** Record excerpts follows **

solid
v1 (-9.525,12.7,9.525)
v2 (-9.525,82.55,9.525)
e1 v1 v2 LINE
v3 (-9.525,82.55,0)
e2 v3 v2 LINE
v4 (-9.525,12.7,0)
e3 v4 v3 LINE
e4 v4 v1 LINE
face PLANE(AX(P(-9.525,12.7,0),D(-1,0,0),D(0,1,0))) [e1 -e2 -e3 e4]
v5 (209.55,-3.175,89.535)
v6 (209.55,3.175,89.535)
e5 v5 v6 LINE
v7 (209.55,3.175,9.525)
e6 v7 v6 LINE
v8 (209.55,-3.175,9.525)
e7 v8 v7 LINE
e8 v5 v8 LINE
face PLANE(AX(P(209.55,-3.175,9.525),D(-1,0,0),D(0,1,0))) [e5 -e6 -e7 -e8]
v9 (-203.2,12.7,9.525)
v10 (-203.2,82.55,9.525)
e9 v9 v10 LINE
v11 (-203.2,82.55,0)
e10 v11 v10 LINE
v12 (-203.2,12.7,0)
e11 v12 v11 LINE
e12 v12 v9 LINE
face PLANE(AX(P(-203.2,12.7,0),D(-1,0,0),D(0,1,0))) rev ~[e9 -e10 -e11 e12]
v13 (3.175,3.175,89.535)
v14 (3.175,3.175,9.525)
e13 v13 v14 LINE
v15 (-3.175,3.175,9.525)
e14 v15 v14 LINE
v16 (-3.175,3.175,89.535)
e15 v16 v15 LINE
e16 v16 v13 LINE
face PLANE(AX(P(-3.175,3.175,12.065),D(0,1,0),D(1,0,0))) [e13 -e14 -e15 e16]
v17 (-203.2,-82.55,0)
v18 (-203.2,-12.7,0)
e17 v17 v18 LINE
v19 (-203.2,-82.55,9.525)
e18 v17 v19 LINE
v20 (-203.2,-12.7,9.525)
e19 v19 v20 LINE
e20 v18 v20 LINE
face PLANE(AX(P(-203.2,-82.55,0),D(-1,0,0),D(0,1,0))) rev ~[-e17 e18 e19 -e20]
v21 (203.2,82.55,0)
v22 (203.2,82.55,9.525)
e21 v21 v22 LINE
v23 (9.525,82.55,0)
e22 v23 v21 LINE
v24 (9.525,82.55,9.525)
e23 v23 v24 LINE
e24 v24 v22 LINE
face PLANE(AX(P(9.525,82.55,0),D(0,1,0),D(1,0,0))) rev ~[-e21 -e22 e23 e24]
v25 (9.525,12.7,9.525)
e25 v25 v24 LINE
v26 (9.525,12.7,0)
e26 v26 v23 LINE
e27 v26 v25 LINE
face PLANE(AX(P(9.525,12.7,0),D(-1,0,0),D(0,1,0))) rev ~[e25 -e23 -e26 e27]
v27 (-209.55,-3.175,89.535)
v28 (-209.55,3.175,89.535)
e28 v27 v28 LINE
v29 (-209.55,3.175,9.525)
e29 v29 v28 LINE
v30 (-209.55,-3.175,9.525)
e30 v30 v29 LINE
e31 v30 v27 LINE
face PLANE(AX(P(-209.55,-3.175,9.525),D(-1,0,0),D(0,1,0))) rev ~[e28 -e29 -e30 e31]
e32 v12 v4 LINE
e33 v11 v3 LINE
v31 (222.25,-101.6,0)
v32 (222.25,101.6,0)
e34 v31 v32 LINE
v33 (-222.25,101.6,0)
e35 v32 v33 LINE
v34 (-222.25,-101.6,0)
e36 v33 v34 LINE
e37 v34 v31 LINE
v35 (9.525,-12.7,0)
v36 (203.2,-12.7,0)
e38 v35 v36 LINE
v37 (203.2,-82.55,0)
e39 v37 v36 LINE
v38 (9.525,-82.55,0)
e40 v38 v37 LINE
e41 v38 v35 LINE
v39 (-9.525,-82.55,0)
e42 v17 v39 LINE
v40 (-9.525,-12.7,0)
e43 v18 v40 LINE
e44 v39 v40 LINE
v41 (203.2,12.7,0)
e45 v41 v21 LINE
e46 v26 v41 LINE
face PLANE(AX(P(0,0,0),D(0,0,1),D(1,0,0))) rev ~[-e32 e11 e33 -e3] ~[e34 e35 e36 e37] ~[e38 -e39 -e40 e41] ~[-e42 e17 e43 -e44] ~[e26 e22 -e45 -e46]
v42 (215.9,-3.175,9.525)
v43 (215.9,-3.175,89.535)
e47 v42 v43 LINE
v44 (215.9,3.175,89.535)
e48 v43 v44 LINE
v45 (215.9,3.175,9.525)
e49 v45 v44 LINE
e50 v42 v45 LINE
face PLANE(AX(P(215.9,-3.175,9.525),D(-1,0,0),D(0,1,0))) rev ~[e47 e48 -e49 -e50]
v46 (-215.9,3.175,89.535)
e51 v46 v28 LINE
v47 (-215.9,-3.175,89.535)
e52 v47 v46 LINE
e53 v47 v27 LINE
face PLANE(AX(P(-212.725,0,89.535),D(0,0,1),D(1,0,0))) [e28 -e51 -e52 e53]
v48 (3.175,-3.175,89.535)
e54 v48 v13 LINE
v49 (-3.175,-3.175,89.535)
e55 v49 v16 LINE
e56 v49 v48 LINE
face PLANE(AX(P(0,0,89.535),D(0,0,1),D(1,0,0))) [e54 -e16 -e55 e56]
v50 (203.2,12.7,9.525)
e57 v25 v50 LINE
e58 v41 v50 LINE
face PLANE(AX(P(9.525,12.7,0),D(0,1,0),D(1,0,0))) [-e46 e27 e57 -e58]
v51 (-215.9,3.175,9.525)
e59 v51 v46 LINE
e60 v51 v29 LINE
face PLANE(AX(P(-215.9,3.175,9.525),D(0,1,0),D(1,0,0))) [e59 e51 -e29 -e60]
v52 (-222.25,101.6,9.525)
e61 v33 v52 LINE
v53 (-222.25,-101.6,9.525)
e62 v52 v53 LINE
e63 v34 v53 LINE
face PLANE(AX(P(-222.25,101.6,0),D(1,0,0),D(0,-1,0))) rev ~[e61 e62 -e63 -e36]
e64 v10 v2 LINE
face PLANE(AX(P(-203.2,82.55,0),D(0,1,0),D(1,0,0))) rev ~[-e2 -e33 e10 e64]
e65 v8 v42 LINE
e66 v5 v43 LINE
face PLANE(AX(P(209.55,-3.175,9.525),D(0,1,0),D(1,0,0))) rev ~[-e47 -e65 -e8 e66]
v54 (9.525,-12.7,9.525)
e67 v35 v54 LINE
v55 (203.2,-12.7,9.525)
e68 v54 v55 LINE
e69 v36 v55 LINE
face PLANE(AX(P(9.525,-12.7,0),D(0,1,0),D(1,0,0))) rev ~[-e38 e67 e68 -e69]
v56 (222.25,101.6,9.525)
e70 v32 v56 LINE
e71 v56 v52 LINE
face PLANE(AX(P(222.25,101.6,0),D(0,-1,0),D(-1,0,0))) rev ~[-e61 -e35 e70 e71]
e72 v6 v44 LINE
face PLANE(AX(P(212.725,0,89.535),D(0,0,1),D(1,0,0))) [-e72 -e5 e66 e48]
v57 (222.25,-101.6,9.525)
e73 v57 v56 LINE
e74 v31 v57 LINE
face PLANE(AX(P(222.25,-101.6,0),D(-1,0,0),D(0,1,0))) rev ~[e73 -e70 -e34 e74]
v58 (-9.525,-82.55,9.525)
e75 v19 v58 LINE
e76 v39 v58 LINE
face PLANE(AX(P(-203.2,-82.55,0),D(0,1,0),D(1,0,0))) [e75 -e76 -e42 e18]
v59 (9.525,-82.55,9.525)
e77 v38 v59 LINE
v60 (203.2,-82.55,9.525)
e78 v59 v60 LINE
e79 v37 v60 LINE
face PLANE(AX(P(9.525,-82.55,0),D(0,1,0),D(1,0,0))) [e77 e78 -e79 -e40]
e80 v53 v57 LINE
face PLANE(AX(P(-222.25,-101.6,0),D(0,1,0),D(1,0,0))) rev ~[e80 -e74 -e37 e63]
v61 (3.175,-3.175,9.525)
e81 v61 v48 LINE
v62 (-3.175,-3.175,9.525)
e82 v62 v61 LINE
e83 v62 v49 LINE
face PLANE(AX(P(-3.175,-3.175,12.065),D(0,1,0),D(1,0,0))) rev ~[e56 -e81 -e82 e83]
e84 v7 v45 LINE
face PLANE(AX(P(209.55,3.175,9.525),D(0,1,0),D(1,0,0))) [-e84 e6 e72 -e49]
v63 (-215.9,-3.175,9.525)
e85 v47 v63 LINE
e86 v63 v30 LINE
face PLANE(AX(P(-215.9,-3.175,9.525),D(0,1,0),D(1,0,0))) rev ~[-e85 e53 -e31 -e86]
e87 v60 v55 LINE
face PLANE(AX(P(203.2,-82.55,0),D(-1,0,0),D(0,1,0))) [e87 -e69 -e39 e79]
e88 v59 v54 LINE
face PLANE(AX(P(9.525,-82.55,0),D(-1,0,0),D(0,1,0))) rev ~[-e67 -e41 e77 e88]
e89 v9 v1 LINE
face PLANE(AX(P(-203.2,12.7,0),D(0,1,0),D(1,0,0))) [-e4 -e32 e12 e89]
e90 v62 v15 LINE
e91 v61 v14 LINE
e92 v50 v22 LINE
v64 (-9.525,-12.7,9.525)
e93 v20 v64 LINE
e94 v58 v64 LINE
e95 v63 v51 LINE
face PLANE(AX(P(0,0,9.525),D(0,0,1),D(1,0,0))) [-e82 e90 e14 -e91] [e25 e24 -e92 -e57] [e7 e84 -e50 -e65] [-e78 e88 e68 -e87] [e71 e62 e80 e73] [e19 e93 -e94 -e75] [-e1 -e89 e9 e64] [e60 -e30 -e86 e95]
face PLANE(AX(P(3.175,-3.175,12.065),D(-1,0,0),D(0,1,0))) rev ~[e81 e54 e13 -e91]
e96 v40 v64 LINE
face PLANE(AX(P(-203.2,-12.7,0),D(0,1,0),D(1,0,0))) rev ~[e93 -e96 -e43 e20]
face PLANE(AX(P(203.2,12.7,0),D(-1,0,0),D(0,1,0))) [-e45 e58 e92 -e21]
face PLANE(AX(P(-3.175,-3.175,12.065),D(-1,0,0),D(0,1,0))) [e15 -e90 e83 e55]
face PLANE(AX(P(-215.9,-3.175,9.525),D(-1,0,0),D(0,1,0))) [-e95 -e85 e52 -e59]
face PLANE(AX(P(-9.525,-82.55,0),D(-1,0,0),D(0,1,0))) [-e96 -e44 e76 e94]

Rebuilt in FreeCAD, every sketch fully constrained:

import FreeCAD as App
import Part
import Sketcher

V = App.Vector
Q = App.Units.Quantity

doc = App.newDocument("Part")
body = doc.addObject("PartDesign::Body", "Body")

sketch1 = body.newObject("Sketcher::SketchObject", "Sketch")
sketch1.AttachmentSupport = (doc.getObject("XY_Plane"), [""])
sketch1.MapMode = "FlatFace"
sketch1.addGeometry([
    Part.LineSegment(V(222.25, -101.6, 0), V(222.25, 101.6, 0)),
    Part.LineSegment(V(222.25, 101.6, 0), V(-222.25, 101.6, 0)),
    Part.LineSegment(V(-222.25, 101.6, 0), V(-222.25, -101.6, 0)),
    Part.LineSegment(V(-222.25, -101.6, 0), V(222.25, -101.6, 0)),
    Part.LineSegment(V(-9.525, -82.55, 0), V(-203.2, -82.55, 0)),
    Part.LineSegment(V(-203.2, -82.55, 0), V(-203.2, -12.7, 0)),
    Part.LineSegment(V(-203.2, -12.7, 0), V(-9.525, -12.7, 0)),
    Part.LineSegment(V(-9.525, -12.7, 0), V(-9.525, -82.55, 0)),
    Part.LineSegment(V(203.2, -82.55, 0), V(9.525, -82.55, 0)),
    Part.LineSegment(V(9.525, -82.55, 0), V(9.525, -12.7, 0)),
    Part.LineSegment(V(9.525, -12.7, 0), V(203.2, -12.7, 0)),
    Part.LineSegment(V(203.2, -12.7, 0), V(203.2, -82.55, 0)),
    Part.LineSegment(V(-9.525, 12.7, 0), V(-203.2, 12.7, 0)),
    Part.LineSegment(V(-203.2, 12.7, 0), V(-203.2, 82.55, 0)),
    Part.LineSegment(V(-203.2, 82.55, 0), V(-9.525, 82.55, 0)),
    Part.LineSegment(V(-9.525, 82.55, 0), V(-9.525, 12.7, 0)),
    Part.LineSegment(V(203.2, 12.7, 0), V(9.525, 12.7, 0)),
    Part.LineSegment(V(9.525, 12.7, 0), V(9.525, 82.55, 0)),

** End of Record excerpts **

* Activity
Copy verbatim, from the listing above, each line from the one containing "v2 (-9.525,82.55,9.525)" down to the one containing "e28 v27 v28 LINE", inclusive.

* Task answer
v2 (-9.525,82.55,9.525)
e1 v1 v2 LINE
v3 (-9.525,82.55,0)
e2 v3 v2 LINE
v4 (-9.525,12.7,0)
e3 v4 v3 LINE
e4 v4 v1 LINE
face PLANE(AX(P(-9.525,12.7,0),D(-1,0,0),D(0,1,0))) [e1 -e2 -e3 e4]
v5 (209.55,-3.175,89.535)
v6 (209.55,3.175,89.535)
e5 v5 v6 LINE
v7 (209.55,3.175,9.525)
e6 v7 v6 LINE
v8 (209.55,-3.175,9.525)
e7 v8 v7 LINE
e8 v5 v8 LINE
face PLANE(AX(P(209.55,-3.175,9.525),D(-1,0,0),D(0,1,0))) [e5 -e6 -e7 -e8]
v9 (-203.2,12.7,9.525)
v10 (-203.2,82.55,9.525)
e9 v9 v10 LINE
v11 (-203.2,82.55,0)
e10 v11 v10 LINE
v12 (-203.2,12.7,0)
e11 v12 v11 LINE
e12 v12 v9 LINE
face PLANE(AX(P(-203.2,12.7,0),D(-1,0,0),D(0,1,0))) rev ~[e9 -e10 -e11 e12]
v13 (3.175,3.175,89.535)
v14 (3.175,3.175,9.525)
e13 v13 v14 LINE
v15 (-3.175,3.175,9.525)
e14 v15 v14 LINE
v16 (-3.175,3.175,89.535)
e15 v16 v15 LINE
e16 v16 v13 LINE
face PLANE(AX(P(-3.175,3.175,12.065),D(0,1,0),D(1,0,0))) [e13 -e14 -e15 e16]
v17 (-203.2,-82.55,0)
v18 (-203.2,-12.7,0)
e17 v17 v18 LINE
v19 (-203.2,-82.55,9.525)
e18 v17 v19 LINE
v20 (-203.2,-12.7,9.525)
e19 v19 v20 LINE
e20 v18 v20 LINE
face PLANE(AX(P(-203.2,-82.55,0),D(-1,0,0),D(0,1,0))) rev ~[-e17 e18 e19 -e20]
v21 (203.2,82.55,0)
v22 (203.2,82.55,9.525)
e21 v21 v22 LINE
v23 (9.525,82.55,0)
e22 v23 v21 LINE
v24 (9.525,82.55,9.525)
e23 v23 v24 LINE
e24 v24 v22 LINE
face PLANE(AX(P(9.525,82.55,0),D(0,1,0),D(1,0,0))) rev ~[-e21 -e22 e23 e24]
v25 (9.525,12.7,9.525)
e25 v25 v24 LINE
v26 (9.525,12.7,0)
e26 v26 v23 LINE
e27 v26 v25 LINE
face PLANE(AX(P(9.525,12.7,0),D(-1,0,0),D(0,1,0))) rev ~[e25 -e23 -e26 e27]
v27 (-209.55,-3.175,89.535)
v28 (-209.55,3.175,89.535)
e28 v27 v28 LINE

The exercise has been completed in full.